____ Recorded data

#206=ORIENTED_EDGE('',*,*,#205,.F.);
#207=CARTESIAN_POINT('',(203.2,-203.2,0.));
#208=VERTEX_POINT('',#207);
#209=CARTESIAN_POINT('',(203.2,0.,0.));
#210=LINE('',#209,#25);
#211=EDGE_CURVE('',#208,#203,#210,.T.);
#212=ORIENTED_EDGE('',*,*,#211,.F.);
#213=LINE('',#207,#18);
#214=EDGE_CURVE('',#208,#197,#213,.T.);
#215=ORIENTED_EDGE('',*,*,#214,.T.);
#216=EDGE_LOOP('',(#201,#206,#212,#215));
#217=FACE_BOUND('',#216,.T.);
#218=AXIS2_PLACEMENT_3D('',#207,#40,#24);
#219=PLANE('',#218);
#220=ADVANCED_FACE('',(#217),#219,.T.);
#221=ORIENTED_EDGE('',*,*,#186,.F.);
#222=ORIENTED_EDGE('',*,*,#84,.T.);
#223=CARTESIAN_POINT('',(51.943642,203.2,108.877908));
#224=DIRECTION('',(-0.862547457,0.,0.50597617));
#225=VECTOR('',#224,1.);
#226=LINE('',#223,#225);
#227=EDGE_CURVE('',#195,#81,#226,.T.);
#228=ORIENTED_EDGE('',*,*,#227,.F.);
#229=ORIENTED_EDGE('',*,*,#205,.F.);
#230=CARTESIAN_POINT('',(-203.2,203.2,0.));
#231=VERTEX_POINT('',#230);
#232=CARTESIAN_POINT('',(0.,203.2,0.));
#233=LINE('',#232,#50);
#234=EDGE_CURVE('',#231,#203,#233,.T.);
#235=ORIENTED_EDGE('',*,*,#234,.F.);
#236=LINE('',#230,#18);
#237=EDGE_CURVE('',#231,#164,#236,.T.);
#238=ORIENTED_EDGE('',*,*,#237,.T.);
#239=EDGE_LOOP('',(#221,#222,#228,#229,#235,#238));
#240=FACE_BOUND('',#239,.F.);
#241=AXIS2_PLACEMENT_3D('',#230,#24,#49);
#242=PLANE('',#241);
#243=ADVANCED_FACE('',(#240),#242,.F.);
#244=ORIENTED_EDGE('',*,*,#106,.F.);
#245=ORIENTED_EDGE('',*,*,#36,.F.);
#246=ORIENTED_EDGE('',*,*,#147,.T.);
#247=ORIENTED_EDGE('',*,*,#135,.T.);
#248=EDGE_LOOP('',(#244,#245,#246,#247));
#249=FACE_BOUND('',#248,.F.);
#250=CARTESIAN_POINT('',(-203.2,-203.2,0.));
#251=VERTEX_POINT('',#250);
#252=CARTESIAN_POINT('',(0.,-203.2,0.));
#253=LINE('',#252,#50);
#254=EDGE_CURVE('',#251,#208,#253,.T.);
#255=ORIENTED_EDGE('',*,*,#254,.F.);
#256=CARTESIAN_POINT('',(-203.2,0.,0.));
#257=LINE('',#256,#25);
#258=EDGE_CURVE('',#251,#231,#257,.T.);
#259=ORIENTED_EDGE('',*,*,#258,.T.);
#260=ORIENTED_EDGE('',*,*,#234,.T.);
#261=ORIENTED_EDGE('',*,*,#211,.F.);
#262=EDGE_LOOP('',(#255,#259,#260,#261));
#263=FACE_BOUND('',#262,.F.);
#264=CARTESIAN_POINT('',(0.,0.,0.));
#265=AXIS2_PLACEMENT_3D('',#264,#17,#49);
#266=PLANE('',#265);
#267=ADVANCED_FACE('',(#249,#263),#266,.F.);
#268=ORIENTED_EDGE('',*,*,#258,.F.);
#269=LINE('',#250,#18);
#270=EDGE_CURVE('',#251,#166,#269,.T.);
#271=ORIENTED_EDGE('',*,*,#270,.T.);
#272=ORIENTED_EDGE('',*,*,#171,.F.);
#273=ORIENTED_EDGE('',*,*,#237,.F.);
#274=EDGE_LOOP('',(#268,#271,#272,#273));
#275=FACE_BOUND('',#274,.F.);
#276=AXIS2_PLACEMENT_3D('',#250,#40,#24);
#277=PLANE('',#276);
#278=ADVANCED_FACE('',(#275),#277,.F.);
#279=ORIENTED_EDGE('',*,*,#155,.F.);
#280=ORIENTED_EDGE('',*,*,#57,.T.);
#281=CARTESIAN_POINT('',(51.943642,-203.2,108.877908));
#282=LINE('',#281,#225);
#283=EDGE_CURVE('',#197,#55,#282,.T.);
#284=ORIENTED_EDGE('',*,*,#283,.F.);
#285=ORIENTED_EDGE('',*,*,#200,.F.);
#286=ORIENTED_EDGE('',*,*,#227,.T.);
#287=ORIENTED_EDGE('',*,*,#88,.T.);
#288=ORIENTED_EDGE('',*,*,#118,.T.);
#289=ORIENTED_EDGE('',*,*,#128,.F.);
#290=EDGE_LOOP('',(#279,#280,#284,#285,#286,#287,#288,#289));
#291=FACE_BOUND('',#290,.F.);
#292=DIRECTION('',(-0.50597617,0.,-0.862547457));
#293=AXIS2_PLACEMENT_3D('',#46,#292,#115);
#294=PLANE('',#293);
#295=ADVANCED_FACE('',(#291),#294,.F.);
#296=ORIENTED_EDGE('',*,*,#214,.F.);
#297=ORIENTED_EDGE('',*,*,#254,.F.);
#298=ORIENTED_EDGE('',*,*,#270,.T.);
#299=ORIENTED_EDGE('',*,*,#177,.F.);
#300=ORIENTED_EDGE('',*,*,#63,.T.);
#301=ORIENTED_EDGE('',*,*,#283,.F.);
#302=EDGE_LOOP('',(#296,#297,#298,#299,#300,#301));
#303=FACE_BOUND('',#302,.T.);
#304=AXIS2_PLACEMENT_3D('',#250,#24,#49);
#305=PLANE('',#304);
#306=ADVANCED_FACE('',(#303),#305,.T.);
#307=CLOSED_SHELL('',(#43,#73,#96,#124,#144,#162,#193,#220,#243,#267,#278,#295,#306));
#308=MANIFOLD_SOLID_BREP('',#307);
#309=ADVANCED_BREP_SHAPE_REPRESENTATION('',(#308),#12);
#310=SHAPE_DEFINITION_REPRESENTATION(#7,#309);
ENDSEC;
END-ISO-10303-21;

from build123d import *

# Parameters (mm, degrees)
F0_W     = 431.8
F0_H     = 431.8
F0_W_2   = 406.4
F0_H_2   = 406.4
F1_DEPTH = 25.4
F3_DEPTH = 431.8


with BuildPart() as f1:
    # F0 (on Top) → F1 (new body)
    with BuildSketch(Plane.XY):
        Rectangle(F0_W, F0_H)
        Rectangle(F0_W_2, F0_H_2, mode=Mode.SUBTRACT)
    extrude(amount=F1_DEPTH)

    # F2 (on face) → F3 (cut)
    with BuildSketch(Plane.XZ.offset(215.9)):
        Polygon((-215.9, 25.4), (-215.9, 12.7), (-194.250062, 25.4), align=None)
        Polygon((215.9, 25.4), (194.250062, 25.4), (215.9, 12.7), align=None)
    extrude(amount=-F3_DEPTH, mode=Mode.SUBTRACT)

________

- What this task involves: All the records above need to be set down again exactly as they were given.

- Answer to this task:
#206=ORIENTED_EDGE('',*,*,#205,.F.);
#207=CARTESIAN_POINT('',(203.2,-203.2,0.));
#208=VERTEX_POINT('',#207);
#209=CARTESIAN_POINT('',(203.2,0.,0.));
#210=LINE('',#209,#25);
#211=EDGE_CURVE('',#208,#203,#210,.T.);
#212=ORIENTED_EDGE('',*,*,#211,.F.);
#213=LINE('',#207,#18);
#214=EDGE_CURVE('',#208,#197,#213,.T.);
#215=ORIENTED_EDGE('',*,*,#214,.T.);
#216=EDGE_LOOP('',(#201,#206,#212,#215));
#217=FACE_BOUND('',#216,.T.);
#218=AXIS2_PLACEMENT_3D('',#207,#40,#24);
#219=PLANE('',#218);
#220=ADVANCED_FACE('',(#217),#219,.T.);
#221=ORIENTED_EDGE('',*,*,#186,.F.);
#222=ORIENTED_EDGE('',*,*,#84,.T.);
#223=CARTESIAN_POINT('',(51.943642,203.2,108.877908));
#224=DIRECTION('',(-0.862547457,0.,0.50597617));
#225=VECTOR('',#224,1.);
#226=LINE('',#223,#225);
#227=EDGE_CURVE('',#195,#81,#226,.T.);
#228=ORIENTED_EDGE('',*,*,#227,.F.);
#229=ORIENTED_EDGE('',*,*,#205,.F.);
#230=CARTESIAN_POINT('',(-203.2,203.2,0.));
#231=VERTEX_POINT('',#230);
#232=CARTESIAN_POINT('',(0.,203.2,0.));
#233=LINE('',#232,#50);
#234=EDGE_CURVE('',#231,#203,#233,.T.);
#235=ORIENTED_EDGE('',*,*,#234,.F.);
#236=LINE('',#230,#18);
#237=EDGE_CURVE('',#231,#164,#236,.T.);
#238=ORIENTED_EDGE('',*,*,#237,.T.);
#239=EDGE_LOOP('',(#221,#222,#228,#229,#235,#238));
#240=FACE_BOUND('',#239,.F.);
#241=AXIS2_PLACEMENT_3D('',#230,#24,#49);
#242=PLANE('',#241);
#243=ADVANCED_FACE('',(#240),#242,.F.);
#244=ORIENTED_EDGE('',*,*,#106,.F.);
#245=ORIENTED_EDGE('',*,*,#36,.F.);
#246=ORIENTED_EDGE('',*,*,#147,.T.);
#247=ORIENTED_EDGE('',*,*,#135,.T.);
#248=EDGE_LOOP('',(#244,#245,#246,#247));
#249=FACE_BOUND('',#248,.F.);
#250=CARTESIAN_POINT('',(-203.2,-203.2,0.));
#251=VERTEX_POINT('',#250);
#252=CARTESIAN_POINT('',(0.,-203.2,0.));
#253=LINE('',#252,#50);
#254=EDGE_CURVE('',#251,#208,#253,.T.);
#255=ORIENTED_EDGE('',*,*,#254,.F.);
#256=CARTESIAN_POINT('',(-203.2,0.,0.));
#257=LINE('',#256,#25);
#258=EDGE_CURVE('',#251,#231,#257,.T.);
#259=ORIENTED_EDGE('',*,*,#258,.T.);
#260=ORIENTED_EDGE('',*,*,#234,.T.);
#261=ORIENTED_EDGE('',*,*,#211,.F.);
#262=EDGE_LOOP('',(#255,#259,#260,#261));
#263=FACE_BOUND('',#262,.F.);
#264=CARTESIAN_POINT('',(0.,0.,0.));
#265=AXIS2_PLACEMENT_3D('',#264,#17,#49);
#266=PLANE('',#265);
#267=ADVANCED_FACE('',(#249,#263),#266,.F.);
#268=ORIENTED_EDGE('',*,*,#258,.F.);
#269=LINE('',#250,#18);
#270=EDGE_CURVE('',#251,#166,#269,.T.);
#271=ORIENTED_EDGE('',*,*,#270,.T.);
#272=ORIENTED_EDGE('',*,*,#171,.F.);
#273=ORIENTED_EDGE('',*,*,#237,.F.);
#274=EDGE_LOOP('',(#268,#271,#272,#273));
#275=FACE_BOUND('',#274,.F.);
#276=AXIS2_PLACEMENT_3D('',#250,#40,#24);
#277=PLANE('',#276);
#278=ADVANCED_FACE('',(#275),#277,.F.);
#279=ORIENTED_EDGE('',*,*,#155,.F.);
#280=ORIENTED_EDGE('',*,*,#57,.T.);
#281=CARTESIAN_POINT('',(51.943642,-203.2,108.877908));
#282=LINE('',#281,#225);
#283=EDGE_CURVE('',#197,#55,#282,.T.);
#284=ORIENTED_EDGE('',*,*,#283,.F.);
#285=ORIENTED_EDGE('',*,*,#200,.F.);
#286=ORIENTED_EDGE('',*,*,#227,.T.);
#287=ORIENTED_EDGE('',*,*,#88,.T.);
#288=ORIENTED_EDGE('',*,*,#118,.T.);
#289=ORIENTED_EDGE('',*,*,#128,.F.);
#290=EDGE_LOOP('',(#279,#280,#284,#285,#286,#287,#288,#289));
#291=FACE_BOUND('',#290,.F.);
#292=DIRECTION('',(-0.50597617,0.,-0.862547457));
#293=AXIS2_PLACEMENT_3D('',#46,#292,#115);
#294=PLANE('',#293);
#295=ADVANCED_FACE('',(#291),#294,.F.);
#296=ORIENTED_EDGE('',*,*,#214,.F.);
#297=ORIENTED_EDGE('',*,*,#254,.F.);
#298=ORIENTED_EDGE('',*,*,#270,.T.);
#299=ORIENTED_EDGE('',*,*,#177,.F.);
#300=ORIENTED_EDGE('',*,*,#63,.T.);
#301=ORIENTED_EDGE('',*,*,#283,.F.);
#302=EDGE_LOOP('',(#296,#297,#298,#299,#300,#301));
#303=FACE_BOUND('',#302,.T.);
#304=AXIS2_PLACEMENT_3D('',#250,#24,#49);
#305=PLANE('',#304);
#306=ADVANCED_FACE('',(#303),#305,.T.);
#307=CLOSED_SHELL('',(#43,#73,#96,#124,#144,#162,#193,#220,#243,#267,#278,#295,#306));
#308=MANIFOLD_SOLID_BREP('',#307);
#309=ADVANCED_BREP_SHAPE_REPRESENTATION('',(#308),#12);
#310=SHAPE_DEFINITION_REPRESENTATION(#7,#309);
ENDSEC;
END-ISO-10303-21;

from build123d import *

# Parameters (mm, degrees)
F0_W     = 431.8
F0_H     = 431.8
F0_W_2   = 406.4
F0_H_2   = 406.4
F1_DEPTH = 25.4
F3_DEPTH = 431.8


with BuildPart() as f1:
    # F0 (on Top) → F1 (new body)
    with BuildSketch(Plane.XY):
        Rectangle(F0_W, F0_H)
        Rectangle(F0_W_2, F0_H_2, mode=Mode.SUBTRACT)
    extrude(amount=F1_DEPTH)

    # F2 (on face) → F3 (cut)
    with BuildSketch(Plane.XZ.offset(215.9)):
        Polygon((-215.9, 25.4), (-215.9, 12.7), (-194.250062, 25.4), align=None)
        Polygon((215.9, 25.4), (194.250062, 25.4), (215.9, 12.7), align=None)
    extrude(amount=-F3_DEPTH, mode=Mode.SUBTRACT)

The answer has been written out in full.